Returning to the introductory quote from Rothbard, the economic means for reducing the debt load of the railroads was certainly a pro-inflationary scheme supported by the banking system.  However, there was a problem for the railroads, namely, the United States Constitution, which was initially interpreted by the Supreme Court of the United States in such a way that harmed the railroads because the Court initially was anti-inflationary in its rulings.  However, because of political interference in Supreme Court appointments, the Grant administration was able to get the earlier decisions changed.  Therefore, the United States Supreme Court also contributed to the pro-inflationary and hence pro-corporate welfare schemes of the railroad corporations.  Rothbard documents all the details in his A History of Money and Banking in the United States:  The Colonial Era to World War II and shows clearly how the "political means" mentioned earlier by both DiLorenzo and by Oppenheimer were at play in helping the railroad industry avoid paying its debts to its creditors:
The Grant administration was upset by Hepburn v. Griswold, as were the railroads, who had accumulated a heavy long-term debt, which would now be payable in more valuable gold.  As luck would have it, however, there were two vacancies on the Court, one of which was created by the retirement of one of the majority judges.  Grant appointed not only two Republican judges, but two railroad lawyers whose views on the subject were already known.  The new 5-4 majority dutifully and quickly reconsidered the question, and, in May 1871, reversed the previous Court in the fateful decision of Knox v. Lee.  From then on, paper money would be held consonant with [i.e., in agreement with] the U.S. Constitution. (153)

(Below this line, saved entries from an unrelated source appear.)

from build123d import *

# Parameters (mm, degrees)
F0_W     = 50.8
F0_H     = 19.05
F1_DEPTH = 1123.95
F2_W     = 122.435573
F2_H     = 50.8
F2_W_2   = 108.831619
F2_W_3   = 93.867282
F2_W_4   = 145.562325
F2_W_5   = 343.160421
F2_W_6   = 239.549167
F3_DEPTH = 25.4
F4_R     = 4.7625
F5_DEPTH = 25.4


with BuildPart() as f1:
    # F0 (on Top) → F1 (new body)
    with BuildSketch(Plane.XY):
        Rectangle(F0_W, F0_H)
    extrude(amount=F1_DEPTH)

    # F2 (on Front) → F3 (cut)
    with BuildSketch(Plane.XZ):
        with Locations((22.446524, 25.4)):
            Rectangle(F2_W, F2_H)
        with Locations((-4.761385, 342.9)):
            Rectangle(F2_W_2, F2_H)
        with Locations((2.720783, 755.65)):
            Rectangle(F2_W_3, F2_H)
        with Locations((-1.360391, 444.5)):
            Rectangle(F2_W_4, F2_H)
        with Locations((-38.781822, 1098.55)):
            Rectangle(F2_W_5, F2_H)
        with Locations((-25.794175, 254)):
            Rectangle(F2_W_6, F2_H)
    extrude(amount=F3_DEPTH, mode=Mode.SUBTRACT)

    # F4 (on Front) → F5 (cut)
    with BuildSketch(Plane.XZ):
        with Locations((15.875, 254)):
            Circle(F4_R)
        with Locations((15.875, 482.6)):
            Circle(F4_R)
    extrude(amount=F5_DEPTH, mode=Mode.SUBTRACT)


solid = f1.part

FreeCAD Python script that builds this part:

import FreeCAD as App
import Part
import Sketcher
from FreeCAD import Vector
Q = App.Units.Quantity

doc = App.newDocument("Part")
body = doc.addObject("PartDesign::Body", "Body")

# Sketch on XY plane
sketch1 = body.newObject("Sketcher::SketchObject", "Sketch")
sketch1.AttachmentSupport = (doc.getObject("XY_Plane"), [""])
sketch1.MapMode = "FlatFace"
sketch1.addGeometry([
    Part.LineSegment(Vector(-25, 10, 0), Vector(-25, -10, 0)),
    Part.LineSegment(Vector(-25, -10, 0), Vector(25, -10, 0)),
    Part.LineSegment(Vector(25, -10, 0), Vector(25, 10, 0)),
    Part.LineSegment(Vector(25, 10, 0), Vector(-25, 10, 0)),
], False)
sketch1.addConstraint([
    Sketcher.Constraint("Coincident", 0, 2, 1, 1),
    Sketcher.Constraint("Coincident", 1, 2, 2, 1),
    Sketcher.Constraint("Coincident", 2, 2, 3, 1),
    Sketcher.Constraint("Coincident", 3, 2, 0, 1),
    Sketcher.Constraint("Vertical", 0),
    Sketcher.Constraint("Horizontal", 1),
    Sketcher.Constraint("Vertical", 2),
    Sketcher.Constraint("Horizontal", 3),
    Sketcher.Constraint("Symmetric", 0, 2, 2, 2, -1, 1),
    Sketcher.Constraint("DistanceX", 1, 1, 1, 2, Q("2 in")),
    Sketcher.Constraint("DistanceY", 0, 2, 0, 1, Q("0.75 in")),
])
pad1 = body.newObject("PartDesign::Pad", "Pad")
pad1.Profile = sketch1
pad1.Length = Q("44.25 in")

# Sketch on XZ plane
sketch2 = body.newObject("Sketcher::SketchObject", "Sketch001")
sketch2.AttachmentSupport = (doc.getObject("XZ_Plane"), [""])
sketch2.MapMode = "FlatFace"
sketch2.addGeometry([
    Part.LineSegment(Vector(-39, 51, 0), Vector(-39, 0, 0)),  # 0
    Part.LineSegment(Vector(-39, 0, 0), Vector(84, 0, 0)),  # 1
    Part.LineSegment(Vector(84, 0, 0), Vector(84, 51, 0)),  # 2
    Part.LineSegment(Vector(84, 51, 0), Vector(-39, 51, 0)),  # 3
    Part.LineSegment(Vector(-59, 368, 0), Vector(-59, 318, 0)),  # 4
    Part.LineSegment(Vector(-59, 318, 0), Vector(50, 318, 0)),  # 5
    Part.LineSegment(Vector(50, 318, 0), Vector(50, 368, 0)),  # 6
    Part.LineSegment(Vector(50, 368, 0), Vector(-59, 368, 0)),  # 7
    Part.LineSegment(Vector(-44, 781, 0), Vector(-44, 730, 0)),  # 8
    Part.LineSegment(Vector(-44, 730, 0), Vector(50, 730, 0)),  # 9
    Part.LineSegment(Vector(50, 730, 0), Vector(50, 781, 0)),  # 10
    Part.LineSegment(Vector(50, 781, 0), Vector(-44, 781, 0)),  # 11
    Part.LineSegment(Vector(-74, 470, 0), Vector(-74, 419, 0)),  # 12
    Part.LineSegment(Vector(-74, 419, 0), Vector(71, 419, 0)),  # 13
    Part.LineSegment(Vector(71, 419, 0), Vector(71, 470, 0)),  # 14
    Part.LineSegment(Vector(71, 470, 0), Vector(-74, 470, 0)),  # 15
    Part.LineSegment(Vector(-210, 1124, 0), Vector(-210, 1073, 0)),  # 16
    Part.LineSegment(Vector(-210, 1073, 0), Vector(133, 1073, 0)),  # 17
    Part.LineSegment(Vector(133, 1073, 0), Vector(133, 1124, 0)),  # 18
    Part.LineSegment(Vector(133, 1124, 0), Vector(-210, 1124, 0)),  # 19
    Part.LineSegment(Vector(-146, 279, 0), Vector(-146, 229, 0)),  # 20
    Part.LineSegment(Vector(-146, 229, 0), Vector(94, 229, 0)),  # 21
    Part.LineSegment(Vector(94, 229, 0), Vector(94, 279, 0)),  # 22
    Part.LineSegment(Vector(94, 279, 0), Vector(-146, 279, 0)),  # 23
], False)
sketch2.addConstraint([
    Sketcher.Constraint("Coincident", 0, 2, 1, 1),
    Sketcher.Constraint("Coincident", 1, 2, 2, 1),
    Sketcher.Constraint("Coincident", 2, 2, 3, 1),
    Sketcher.Constraint("Coincident", 3, 2, 0, 1),
    Sketcher.Constraint("Coincident", 4, 2, 5, 1),
    Sketcher.Constraint("Coincident", 5, 2, 6, 1),
    Sketcher.Constraint("Coincident", 6, 2, 7, 1),
    Sketcher.Constraint("Coincident", 7, 2, 4, 1),
    Sketcher.Constraint("Coincident", 8, 2, 9, 1),
    Sketcher.Constraint("Coincident", 9, 2, 10, 1),
    Sketcher.Constraint("Coincident", 10, 2, 11, 1),
    Sketcher.Constraint("Coincident", 11, 2, 8, 1),
    Sketcher.Constraint("Coincident", 12, 2, 13, 1),
    Sketcher.Constraint("Coincident", 13, 2, 14, 1),
    Sketcher.Constraint("Coincident", 14, 2, 15, 1),
    Sketcher.Constraint("Coincident", 15, 2, 12, 1),
    Sketcher.Constraint("Coincident", 16, 2, 17, 1),
    Sketcher.Constraint("Coincident", 17, 2, 18, 1),
    Sketcher.Constraint("Coincident", 18, 2, 19, 1),
    Sketcher.Constraint("Coincident", 19, 2, 16, 1),
    Sketcher.Constraint("Coincident", 20, 2, 21, 1),
    Sketcher.Constraint("Coincident", 21, 2, 22, 1),
    Sketcher.Constraint("Coincident", 22, 2, 23, 1),
    Sketcher.Constraint("Coincident", 23, 2, 20, 1),
    Sketcher.Constraint("Vertical", 0),
    Sketcher.Constraint("Horizontal", 1),
    Sketcher.Constraint("Vertical", 2),
    Sketcher.Constraint("Horizontal", 3),
    Sketcher.Constraint("Vertical", 4),
    Sketcher.Constraint("Horizontal", 5),
    Sketcher.Constraint("Vertical", 6),
    Sketcher.Constraint("Horizontal", 7),
    Sketcher.Constraint("Vertical", 8),
    Sketcher.Constraint("Horizontal", 9),
    Sketcher.Constraint("Vertical", 10),
    Sketcher.Constraint("Horizontal", 11),
    Sketcher.Constraint("Vertical", 12),
    Sketcher.Constraint("Horizontal", 13),
    Sketcher.Constraint("Vertical", 14),
    Sketcher.Constraint("Horizontal", 15),
    Sketcher.Constraint("Vertical", 16),
    Sketcher.Constraint("Horizontal", 17),
    Sketcher.Constraint("Vertical", 18),
    Sketcher.Constraint("Horizontal", 19),
    Sketcher.Constraint("Vertical", 20),
    Sketcher.Constraint("Horizontal", 21),
    Sketcher.Constraint("Vertical", 22),
    Sketcher.Constraint("Horizontal", 23),
    Sketcher.Constraint("PointOnObject", 0, 2, -1),
    Sketcher.Constraint("Vertical", 6, 2, 9, 2),
    Sketcher.Constraint("Equal", 2, 4),
    Sketcher.Constraint("Equal", 6, 8),
    Sketcher.Constraint("Equal", 10, 12),
    Sketcher.Constraint("Equal", 14, 16),
    Sketcher.Constraint("Equal", 18, 20),
    Sketcher.Constraint("DistanceY", 0, 2, 0, 1, Q("2 in")),
    Sketcher.Constraint("DistanceY", -1, 1, 20, 2, Q("9 in")),
    Sketcher.Constraint("DistanceY", 7, 2, 12, 2, Q("2 in")),
    Sketcher.Constraint("DistanceY", -1, 1, 4, 2, Q("12.5 in")),
    Sketcher.Constraint("DistanceY", 11, 2, 16, 2, Q("11.5 in")),
    Sketcher.Constraint("DistanceY", -1, 1, 8, 2, Q("28.75 in")),
    Sketcher.Constraint("DistanceX", 13, 1, 13, 2, Q("5.7308002 in")),
    Sketcher.Constraint("DistanceX", 5, 1, 5, 2, 108.831619),
    Sketcher.Constraint("DistanceX", 9, 1, 9, 2, 93.867282),
    Sketcher.Constraint("DistanceX", 17, 1, 17, 2, 343.160421),
    Sketcher.Constraint("DistanceX", 1, 1, 1, 2, 122.435573),
    Sketcher.Constraint("DistanceX", 21, 1, 21, 2, 239.549167),
    Sketcher.Constraint("DistanceX", -1, 1, 1, 2, 83.66431),
    Sketcher.Constraint("DistanceX", -1, 1, 13, 2, 71.420772),
    Sketcher.Constraint("DistanceX", -1, 1, 17, 2, 132.798388),
    Sketcher.Constraint("DistanceX", 20, 2, -1, 1, 145.568759),
    Sketcher.Constraint("DistanceX", 4, 2, 3, 2, 20.405932),
])
pocket1 = body.newObject("PartDesign::Pocket", "Pocket")
pocket1.Profile = sketch2
pocket1.Length = Q("1 in")
pocket1.Reversed = True

# Sketch on XZ plane
sketch3 = body.newObject("Sketcher::SketchObject", "Sketch002")
sketch3.AttachmentSupport = (doc.getObject("XZ_Plane"), [""])
sketch3.MapMode = "FlatFace"
sketch3.addGeometry([
    Part.Circle(Vector(15.9, 254, 0), Vector(0, 0, 1), 4.8),
    Part.Circle(Vector(15.9, 482.6, 0), Vector(0, 0, 1), 4.8),
], False)
sketch3.addConstraint([
    Sketcher.Constraint("Equal", 0, 1),
    Sketcher.Constraint("Vertical", 0, 3, 1, 3),
    Sketcher.Constraint("Diameter", 0, Q("0.375 in")),
    Sketcher.Constraint("DistanceY", -1, 1, 0, 3, Q("10 in")),
    Sketcher.Constraint("DistanceY", -1, 1, 1, 3, Q("19 in")),
    Sketcher.Constraint("DistanceX", -1, 1, 0, 3, Q("0.625 in")),
])
pocket2 = body.newObject("PartDesign::Pocket", "Pocket001")
pocket2.Profile = sketch3
pocket2.Length = Q("1 in")
pocket2.Reversed = True

doc.recompute()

 In conclusion, we see that the economic tool of inflation can be used to bail out railroads and other large corporations who took on too much debt.  However, to actually implement such a fraudulent scheme, the political apparatus must also be utilized.  Notice how Congress, the President, and the Supreme Court all played roles in aiding and abetting the various corporate welfare schemes for the railroad industry.  The behavior of the Grant administration, which amounted to rigging the Supreme Court with political partisans, raises a serious question about the impartiality and justice of the entire governmental system in the United States.  Maybe a future article could address the following research question that flows naturally from this discussion:  "Is corporate welfare inherently unjust, a violation of the rule of law?"